Task prompt
Beginning with the line that contains "f 448 418 417" in the material below, print each line exactly until the line that contains "v -2.5 221.643 355.492" has been printed, then stop.

Records provided
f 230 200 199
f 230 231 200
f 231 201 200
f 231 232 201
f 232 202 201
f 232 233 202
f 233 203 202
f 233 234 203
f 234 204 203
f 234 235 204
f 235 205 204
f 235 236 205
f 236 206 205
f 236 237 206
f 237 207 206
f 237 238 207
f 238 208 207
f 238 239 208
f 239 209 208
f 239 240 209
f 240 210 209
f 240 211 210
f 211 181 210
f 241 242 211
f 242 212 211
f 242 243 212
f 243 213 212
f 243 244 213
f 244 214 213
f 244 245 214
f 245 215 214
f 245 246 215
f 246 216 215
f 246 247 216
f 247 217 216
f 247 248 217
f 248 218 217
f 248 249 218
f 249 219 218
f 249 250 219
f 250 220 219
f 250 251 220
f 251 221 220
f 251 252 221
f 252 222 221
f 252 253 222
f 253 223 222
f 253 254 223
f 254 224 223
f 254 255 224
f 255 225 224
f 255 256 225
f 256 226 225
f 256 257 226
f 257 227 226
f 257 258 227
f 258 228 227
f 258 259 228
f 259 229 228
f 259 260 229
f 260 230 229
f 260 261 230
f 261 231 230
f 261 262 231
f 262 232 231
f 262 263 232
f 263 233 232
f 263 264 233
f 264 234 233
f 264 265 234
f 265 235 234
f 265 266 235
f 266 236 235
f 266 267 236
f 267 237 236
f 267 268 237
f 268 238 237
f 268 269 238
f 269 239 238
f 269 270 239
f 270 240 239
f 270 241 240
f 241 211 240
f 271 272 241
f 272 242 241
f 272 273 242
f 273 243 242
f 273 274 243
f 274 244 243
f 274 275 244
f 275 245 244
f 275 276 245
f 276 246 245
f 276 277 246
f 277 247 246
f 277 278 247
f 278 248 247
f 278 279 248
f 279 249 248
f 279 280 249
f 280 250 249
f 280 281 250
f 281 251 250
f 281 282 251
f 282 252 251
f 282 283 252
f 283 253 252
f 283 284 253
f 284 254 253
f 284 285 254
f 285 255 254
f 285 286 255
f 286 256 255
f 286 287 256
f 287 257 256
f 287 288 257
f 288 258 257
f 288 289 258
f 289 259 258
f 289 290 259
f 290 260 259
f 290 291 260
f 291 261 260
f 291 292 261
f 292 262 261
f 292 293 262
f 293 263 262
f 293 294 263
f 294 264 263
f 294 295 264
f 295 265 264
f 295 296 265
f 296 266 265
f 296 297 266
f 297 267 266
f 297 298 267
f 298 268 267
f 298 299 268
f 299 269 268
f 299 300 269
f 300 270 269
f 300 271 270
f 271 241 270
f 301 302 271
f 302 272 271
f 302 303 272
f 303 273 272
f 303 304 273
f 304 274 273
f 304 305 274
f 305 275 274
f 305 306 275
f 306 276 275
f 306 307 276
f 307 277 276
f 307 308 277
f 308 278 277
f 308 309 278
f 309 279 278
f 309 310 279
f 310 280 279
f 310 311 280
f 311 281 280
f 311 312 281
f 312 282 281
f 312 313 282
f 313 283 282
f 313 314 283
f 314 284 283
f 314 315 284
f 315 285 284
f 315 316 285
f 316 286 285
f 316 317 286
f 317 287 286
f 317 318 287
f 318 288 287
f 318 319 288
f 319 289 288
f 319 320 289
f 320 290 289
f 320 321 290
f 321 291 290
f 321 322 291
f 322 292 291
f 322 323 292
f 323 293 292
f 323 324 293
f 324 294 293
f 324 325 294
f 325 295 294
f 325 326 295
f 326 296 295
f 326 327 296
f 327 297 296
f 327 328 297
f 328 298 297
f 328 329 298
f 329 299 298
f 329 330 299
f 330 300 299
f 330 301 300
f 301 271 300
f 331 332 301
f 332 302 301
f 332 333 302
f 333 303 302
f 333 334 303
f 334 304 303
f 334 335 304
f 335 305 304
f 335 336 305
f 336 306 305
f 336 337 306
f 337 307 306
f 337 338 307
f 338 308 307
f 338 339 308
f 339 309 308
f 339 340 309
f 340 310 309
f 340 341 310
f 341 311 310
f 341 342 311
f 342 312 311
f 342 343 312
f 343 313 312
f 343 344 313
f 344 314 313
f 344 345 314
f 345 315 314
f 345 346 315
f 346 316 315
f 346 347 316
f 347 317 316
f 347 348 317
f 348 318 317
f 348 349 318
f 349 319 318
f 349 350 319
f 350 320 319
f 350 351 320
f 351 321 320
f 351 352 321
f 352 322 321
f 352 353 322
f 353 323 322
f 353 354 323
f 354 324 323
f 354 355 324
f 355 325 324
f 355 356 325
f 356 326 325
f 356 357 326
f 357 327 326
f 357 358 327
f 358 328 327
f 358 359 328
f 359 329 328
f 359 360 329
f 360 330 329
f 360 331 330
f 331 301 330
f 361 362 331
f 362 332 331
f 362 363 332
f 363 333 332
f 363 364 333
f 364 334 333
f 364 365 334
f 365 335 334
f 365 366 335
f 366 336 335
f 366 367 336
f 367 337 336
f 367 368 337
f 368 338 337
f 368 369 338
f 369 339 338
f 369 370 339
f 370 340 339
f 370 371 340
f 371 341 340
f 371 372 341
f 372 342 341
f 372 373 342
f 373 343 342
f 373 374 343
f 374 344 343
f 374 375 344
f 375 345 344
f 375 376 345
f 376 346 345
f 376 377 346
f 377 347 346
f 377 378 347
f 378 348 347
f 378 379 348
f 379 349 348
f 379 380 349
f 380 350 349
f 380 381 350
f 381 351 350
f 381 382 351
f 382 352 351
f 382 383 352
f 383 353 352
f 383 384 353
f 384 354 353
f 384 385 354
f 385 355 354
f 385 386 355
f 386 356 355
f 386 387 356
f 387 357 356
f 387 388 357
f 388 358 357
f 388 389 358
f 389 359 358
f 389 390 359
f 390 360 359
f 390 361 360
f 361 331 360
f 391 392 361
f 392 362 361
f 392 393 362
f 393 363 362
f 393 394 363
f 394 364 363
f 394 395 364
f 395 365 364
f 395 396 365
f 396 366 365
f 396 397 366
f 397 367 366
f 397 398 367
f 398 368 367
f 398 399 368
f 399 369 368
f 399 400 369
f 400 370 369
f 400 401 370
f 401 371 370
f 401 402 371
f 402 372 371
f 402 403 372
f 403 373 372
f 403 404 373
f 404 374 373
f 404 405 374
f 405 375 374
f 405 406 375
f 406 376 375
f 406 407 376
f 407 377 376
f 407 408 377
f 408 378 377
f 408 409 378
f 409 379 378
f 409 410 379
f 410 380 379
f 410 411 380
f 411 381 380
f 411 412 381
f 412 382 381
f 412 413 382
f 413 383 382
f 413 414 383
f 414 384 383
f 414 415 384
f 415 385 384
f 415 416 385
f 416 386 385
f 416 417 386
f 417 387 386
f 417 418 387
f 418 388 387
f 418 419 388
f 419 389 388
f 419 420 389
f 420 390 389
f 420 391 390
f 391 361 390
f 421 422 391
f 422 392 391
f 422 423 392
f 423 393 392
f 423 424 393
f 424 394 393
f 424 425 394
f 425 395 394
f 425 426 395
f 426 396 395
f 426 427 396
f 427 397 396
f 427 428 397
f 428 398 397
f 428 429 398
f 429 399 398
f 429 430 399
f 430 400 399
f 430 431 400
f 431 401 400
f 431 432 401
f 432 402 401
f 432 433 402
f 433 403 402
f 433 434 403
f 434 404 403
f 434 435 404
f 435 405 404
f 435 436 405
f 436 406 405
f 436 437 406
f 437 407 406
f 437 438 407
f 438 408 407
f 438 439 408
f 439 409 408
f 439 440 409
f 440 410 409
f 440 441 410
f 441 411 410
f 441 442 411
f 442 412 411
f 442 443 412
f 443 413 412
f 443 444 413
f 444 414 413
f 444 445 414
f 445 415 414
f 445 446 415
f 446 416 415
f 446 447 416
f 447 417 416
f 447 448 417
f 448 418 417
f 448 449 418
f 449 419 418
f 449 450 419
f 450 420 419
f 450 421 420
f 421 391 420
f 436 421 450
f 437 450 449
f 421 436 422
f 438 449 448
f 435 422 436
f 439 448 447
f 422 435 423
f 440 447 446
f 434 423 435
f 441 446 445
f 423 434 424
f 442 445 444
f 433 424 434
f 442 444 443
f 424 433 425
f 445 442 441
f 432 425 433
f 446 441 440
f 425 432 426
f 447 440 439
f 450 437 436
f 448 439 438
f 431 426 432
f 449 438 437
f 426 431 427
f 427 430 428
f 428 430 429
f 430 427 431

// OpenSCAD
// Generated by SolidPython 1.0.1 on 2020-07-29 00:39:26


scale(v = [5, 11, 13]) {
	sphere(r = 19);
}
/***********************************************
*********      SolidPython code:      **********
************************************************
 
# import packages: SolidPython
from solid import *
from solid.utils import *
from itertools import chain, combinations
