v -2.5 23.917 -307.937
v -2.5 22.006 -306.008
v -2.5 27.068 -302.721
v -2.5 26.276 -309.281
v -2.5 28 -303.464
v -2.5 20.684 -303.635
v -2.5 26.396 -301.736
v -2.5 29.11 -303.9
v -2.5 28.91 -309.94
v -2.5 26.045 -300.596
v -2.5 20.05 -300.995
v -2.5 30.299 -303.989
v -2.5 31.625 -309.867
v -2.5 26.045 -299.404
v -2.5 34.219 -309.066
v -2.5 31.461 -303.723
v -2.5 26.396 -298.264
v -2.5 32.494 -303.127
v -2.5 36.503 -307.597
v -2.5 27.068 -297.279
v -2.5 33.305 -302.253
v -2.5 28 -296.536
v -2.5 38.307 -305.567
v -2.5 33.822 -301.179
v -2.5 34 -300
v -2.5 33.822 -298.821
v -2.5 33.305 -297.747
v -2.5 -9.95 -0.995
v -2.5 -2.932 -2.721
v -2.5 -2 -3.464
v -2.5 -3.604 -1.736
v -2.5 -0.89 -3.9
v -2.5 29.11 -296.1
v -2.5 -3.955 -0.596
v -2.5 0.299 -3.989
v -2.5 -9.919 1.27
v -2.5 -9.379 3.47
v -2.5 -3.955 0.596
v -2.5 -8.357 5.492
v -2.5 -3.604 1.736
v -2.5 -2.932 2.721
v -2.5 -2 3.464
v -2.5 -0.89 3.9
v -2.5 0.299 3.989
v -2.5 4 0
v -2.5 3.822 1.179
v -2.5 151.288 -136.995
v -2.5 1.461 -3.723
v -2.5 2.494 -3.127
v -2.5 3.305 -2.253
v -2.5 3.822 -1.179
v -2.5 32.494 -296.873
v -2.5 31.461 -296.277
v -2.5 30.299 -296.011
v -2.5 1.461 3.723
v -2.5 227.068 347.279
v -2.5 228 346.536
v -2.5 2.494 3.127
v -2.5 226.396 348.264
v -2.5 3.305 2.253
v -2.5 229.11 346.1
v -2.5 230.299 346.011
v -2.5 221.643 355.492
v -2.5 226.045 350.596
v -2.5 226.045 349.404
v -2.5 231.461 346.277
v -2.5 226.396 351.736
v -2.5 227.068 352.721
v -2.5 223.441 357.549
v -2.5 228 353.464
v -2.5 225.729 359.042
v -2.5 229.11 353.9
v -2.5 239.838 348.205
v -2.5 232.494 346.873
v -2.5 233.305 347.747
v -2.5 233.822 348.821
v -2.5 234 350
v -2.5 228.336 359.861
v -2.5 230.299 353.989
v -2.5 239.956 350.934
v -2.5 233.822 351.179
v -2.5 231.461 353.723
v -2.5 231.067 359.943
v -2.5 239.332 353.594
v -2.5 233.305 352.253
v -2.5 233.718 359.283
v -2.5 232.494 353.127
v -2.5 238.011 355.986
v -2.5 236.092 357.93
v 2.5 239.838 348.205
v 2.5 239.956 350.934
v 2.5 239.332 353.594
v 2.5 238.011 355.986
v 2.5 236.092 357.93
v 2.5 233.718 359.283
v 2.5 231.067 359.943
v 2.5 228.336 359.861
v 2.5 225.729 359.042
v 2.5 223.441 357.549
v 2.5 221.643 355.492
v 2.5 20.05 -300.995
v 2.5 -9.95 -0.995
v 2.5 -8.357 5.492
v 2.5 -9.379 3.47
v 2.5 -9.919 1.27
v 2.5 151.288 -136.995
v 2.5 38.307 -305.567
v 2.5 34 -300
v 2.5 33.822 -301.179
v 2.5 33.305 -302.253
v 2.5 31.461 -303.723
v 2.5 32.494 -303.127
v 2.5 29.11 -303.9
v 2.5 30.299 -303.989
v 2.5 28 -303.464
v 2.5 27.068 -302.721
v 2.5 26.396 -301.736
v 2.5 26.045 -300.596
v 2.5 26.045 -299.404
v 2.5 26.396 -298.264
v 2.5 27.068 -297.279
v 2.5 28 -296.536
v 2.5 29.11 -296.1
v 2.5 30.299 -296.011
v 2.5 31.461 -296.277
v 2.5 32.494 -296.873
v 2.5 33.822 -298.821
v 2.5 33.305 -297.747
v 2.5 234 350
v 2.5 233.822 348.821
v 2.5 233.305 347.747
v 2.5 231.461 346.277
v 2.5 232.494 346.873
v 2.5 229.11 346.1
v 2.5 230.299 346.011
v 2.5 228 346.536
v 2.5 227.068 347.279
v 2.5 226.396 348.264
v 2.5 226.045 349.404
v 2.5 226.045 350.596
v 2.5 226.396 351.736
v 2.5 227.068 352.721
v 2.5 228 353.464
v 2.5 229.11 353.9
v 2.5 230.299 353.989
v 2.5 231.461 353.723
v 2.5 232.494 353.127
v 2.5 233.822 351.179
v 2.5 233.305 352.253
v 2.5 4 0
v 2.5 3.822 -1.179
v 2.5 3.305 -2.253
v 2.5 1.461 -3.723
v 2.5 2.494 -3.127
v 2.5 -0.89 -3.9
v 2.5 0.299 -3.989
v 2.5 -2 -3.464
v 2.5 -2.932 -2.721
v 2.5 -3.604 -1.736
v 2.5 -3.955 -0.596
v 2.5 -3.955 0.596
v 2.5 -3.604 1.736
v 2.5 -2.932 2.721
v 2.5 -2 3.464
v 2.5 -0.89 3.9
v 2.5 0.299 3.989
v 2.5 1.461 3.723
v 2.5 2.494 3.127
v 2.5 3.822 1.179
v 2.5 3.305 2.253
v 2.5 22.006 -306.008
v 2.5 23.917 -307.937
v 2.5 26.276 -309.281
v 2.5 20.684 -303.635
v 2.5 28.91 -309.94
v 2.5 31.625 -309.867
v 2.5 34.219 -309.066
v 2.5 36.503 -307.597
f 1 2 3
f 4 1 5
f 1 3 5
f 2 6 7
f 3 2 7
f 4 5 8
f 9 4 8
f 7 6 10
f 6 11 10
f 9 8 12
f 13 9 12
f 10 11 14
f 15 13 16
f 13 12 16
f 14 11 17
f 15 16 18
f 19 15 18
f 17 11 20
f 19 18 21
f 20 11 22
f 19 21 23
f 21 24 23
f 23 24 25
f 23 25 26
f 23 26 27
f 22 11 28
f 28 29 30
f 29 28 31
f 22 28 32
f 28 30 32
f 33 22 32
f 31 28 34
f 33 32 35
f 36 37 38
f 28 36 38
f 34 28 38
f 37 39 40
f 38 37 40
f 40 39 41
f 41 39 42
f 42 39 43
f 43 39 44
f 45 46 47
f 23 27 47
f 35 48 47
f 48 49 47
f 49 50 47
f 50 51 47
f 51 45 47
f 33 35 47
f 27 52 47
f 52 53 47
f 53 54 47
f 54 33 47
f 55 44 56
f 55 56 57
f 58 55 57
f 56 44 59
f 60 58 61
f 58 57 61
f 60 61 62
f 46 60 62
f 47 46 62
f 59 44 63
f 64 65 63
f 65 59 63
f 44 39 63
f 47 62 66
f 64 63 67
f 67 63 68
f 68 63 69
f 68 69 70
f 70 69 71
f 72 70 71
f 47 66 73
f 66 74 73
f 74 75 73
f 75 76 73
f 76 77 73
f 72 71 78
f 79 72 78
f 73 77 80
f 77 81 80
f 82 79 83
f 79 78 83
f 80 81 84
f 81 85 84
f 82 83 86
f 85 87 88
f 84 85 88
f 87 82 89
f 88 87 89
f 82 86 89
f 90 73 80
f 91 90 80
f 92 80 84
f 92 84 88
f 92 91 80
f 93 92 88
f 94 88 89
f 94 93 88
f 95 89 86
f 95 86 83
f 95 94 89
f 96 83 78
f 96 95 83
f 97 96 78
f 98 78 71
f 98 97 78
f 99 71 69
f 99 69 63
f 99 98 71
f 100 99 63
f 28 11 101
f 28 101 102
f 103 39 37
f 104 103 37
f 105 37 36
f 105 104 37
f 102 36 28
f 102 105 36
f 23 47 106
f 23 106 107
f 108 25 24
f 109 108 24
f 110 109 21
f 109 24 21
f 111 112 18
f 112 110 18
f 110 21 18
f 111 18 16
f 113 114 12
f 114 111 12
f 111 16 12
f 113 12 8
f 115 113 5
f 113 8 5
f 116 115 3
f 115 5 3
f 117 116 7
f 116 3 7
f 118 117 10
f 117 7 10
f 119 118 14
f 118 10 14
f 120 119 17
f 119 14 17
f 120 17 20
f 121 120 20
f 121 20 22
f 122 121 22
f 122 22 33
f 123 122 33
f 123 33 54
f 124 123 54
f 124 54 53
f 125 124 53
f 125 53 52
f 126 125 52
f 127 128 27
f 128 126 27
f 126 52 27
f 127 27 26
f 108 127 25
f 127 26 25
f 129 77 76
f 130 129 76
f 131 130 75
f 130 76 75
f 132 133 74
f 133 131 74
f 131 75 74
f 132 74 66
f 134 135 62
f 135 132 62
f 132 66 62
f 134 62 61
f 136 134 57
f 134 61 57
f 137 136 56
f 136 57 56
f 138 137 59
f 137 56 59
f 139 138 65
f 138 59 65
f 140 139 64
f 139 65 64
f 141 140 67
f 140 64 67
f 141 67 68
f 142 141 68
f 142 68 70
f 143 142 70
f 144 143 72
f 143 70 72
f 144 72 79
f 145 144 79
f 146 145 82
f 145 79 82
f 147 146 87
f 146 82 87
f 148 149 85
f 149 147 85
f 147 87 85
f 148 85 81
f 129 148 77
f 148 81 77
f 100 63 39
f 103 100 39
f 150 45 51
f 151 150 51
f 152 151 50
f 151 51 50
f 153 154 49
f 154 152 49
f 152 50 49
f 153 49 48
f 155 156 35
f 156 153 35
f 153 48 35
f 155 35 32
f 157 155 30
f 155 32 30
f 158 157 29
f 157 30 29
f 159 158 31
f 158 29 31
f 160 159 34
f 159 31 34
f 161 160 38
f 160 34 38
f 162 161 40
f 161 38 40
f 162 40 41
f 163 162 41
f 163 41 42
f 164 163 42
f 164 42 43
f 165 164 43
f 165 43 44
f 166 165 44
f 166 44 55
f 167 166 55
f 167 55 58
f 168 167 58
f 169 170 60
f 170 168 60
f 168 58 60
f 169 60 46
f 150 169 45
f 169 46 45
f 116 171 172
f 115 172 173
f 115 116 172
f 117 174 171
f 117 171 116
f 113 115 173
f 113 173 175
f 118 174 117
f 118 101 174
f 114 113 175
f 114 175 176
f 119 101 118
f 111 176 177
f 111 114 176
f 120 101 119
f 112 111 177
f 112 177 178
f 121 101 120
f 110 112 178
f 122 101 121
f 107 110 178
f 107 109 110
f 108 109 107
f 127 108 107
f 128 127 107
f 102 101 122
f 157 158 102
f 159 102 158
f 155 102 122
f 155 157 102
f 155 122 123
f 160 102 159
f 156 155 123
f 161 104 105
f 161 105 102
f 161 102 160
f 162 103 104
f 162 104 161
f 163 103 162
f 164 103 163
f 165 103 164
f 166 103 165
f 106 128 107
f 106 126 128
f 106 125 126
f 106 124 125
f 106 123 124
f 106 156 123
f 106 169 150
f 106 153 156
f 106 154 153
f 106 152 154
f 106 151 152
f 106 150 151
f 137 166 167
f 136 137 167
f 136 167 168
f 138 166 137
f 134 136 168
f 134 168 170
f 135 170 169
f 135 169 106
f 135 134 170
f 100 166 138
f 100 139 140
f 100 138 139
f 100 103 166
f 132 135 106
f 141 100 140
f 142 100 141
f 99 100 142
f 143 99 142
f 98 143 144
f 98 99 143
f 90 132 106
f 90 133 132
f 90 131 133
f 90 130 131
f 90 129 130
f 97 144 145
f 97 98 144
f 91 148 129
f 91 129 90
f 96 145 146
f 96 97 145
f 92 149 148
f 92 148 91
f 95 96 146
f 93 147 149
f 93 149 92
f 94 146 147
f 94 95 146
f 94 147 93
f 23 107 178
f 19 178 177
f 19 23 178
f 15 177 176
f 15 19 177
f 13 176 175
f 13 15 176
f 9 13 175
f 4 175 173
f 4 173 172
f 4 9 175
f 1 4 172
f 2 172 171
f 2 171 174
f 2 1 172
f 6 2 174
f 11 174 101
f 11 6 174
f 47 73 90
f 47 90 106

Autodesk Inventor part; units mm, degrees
ref_plane "YZ Plane" through (0, 0, 0) normal (1, 0, 0) x (0, 1, 0)
ref_plane "XZ Plane" through (0, 0, 0) normal (0, 1, 0) x (-1, 0, 0)
ref_plane "XY Plane" through (0, 0, 0) normal (0, 0, 1) x (1, 0, 0)
sketch "スケッチ1" plane through (0, 0, 0) normal (1, 0, 0) x (0, 1, 0)
  circle A0 centre (0, 0) radius 4
  circle A1 centre (30, -300) radius 4
  circle A2 centre (230, 350) radius 4
  line L0 (248.6746, 396.6269) -> (151.2885, -136.9946)
  line L1 (151.2885, -136.9946) -> (22.8179, -328.6776)
  line L2 (22.8179, -328.6776) -> (-10.3029, 2.5306)
  line L3 (248.6746, 396.6269) -> (-10.3029, 2.5306)
  dimension "d0" = 30
  dimension "d1" = 300
  dimension "d2" = 8
  dimension "d3" = 8
  dimension "d4" = 350
  dimension "d5" = 230
  dimension "d6" = 8
  dimension "d9" = 10
  dimension "d11" = 10
  dimension "d13" = 10
  dimension "d14" = 10
  dimension "d16" = 10
  dimension "d29" = 10
extrude "押し出し3" add sketch "スケッチ1" along normal mid plane 5
fillet "フィレット3" radius 10 3 edges at (0, 248.6746, 396.6269) (0, 22.8179, -328.6776) (0, -10.3029, 2.5306)
properties part number "swan_plate"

Answer to the exercise
f 448 418 417
f 448 449 418
f 449 419 418
f 449 450 419
f 450 420 419
f 450 421 420
f 421 391 420
f 436 421 450
f 437 450 449
f 421 436 422
f 438 449 448
f 435 422 436
f 439 448 447
f 422 435 423
f 440 447 446
f 434 423 435
f 441 446 445
f 423 434 424
f 442 445 444
f 433 424 434
f 442 444 443
f 424 433 425
f 445 442 441
f 432 425 433
f 446 441 440
f 425 432 426
f 447 440 439
f 450 437 436
f 448 439 438
f 431 426 432
f 449 438 437
f 426 431 427
f 427 430 428
f 428 430 429
f 430 427 431

// OpenSCAD
// Generated by SolidPython 1.0.1 on 2020-07-29 00:39:26


scale(v = [5, 11, 13]) {
	sphere(r = 19);
}
/***********************************************
*********      SolidPython code:      **********
************************************************
 
# import packages: SolidPython
from solid import *
from solid.utils import *
from itertools import chain, combinations
v -2.5 23.917 -307.937
v -2.5 22.006 -306.008
v -2.5 27.068 -302.721
v -2.5 26.276 -309.281
v -2.5 28 -303.464
v -2.5 20.684 -303.635
v -2.5 26.396 -301.736
v -2.5 29.11 -303.9
v -2.5 28.91 -309.94
v -2.5 26.045 -300.596
v -2.5 20.05 -300.995
v -2.5 30.299 -303.989
v -2.5 31.625 -309.867
v -2.5 26.045 -299.404
v -2.5 34.219 -309.066
v -2.5 31.461 -303.723
v -2.5 26.396 -298.264
v -2.5 32.494 -303.127
v -2.5 36.503 -307.597
v -2.5 27.068 -297.279
v -2.5 33.305 -302.253
v -2.5 28 -296.536
v -2.5 38.307 -305.567
v -2.5 33.822 -301.179
v -2.5 34 -300
v -2.5 33.822 -298.821
v -2.5 33.305 -297.747
v -2.5 -9.95 -0.995
v -2.5 -2.932 -2.721
v -2.5 -2 -3.464
v -2.5 -3.604 -1.736
v -2.5 -0.89 -3.9
v -2.5 29.11 -296.1
v -2.5 -3.955 -0.596
v -2.5 0.299 -3.989
v -2.5 -9.919 1.27
v -2.5 -9.379 3.47
v -2.5 -3.955 0.596
v -2.5 -8.357 5.492
v -2.5 -3.604 1.736
v -2.5 -2.932 2.721
v -2.5 -2 3.464
v -2.5 -0.89 3.9
v -2.5 0.299 3.989
v -2.5 4 0
v -2.5 3.822 1.179
v -2.5 151.288 -136.995
v -2.5 1.461 -3.723
v -2.5 2.494 -3.127
v -2.5 3.305 -2.253
v -2.5 3.822 -1.179
v -2.5 32.494 -296.873
v -2.5 31.461 -296.277
v -2.5 30.299 -296.011
v -2.5 1.461 3.723
v -2.5 227.068 347.279
v -2.5 228 346.536
v -2.5 2.494 3.127
v -2.5 226.396 348.264
v -2.5 3.305 2.253
v -2.5 229.11 346.1
v -2.5 230.299 346.011
v -2.5 221.643 355.492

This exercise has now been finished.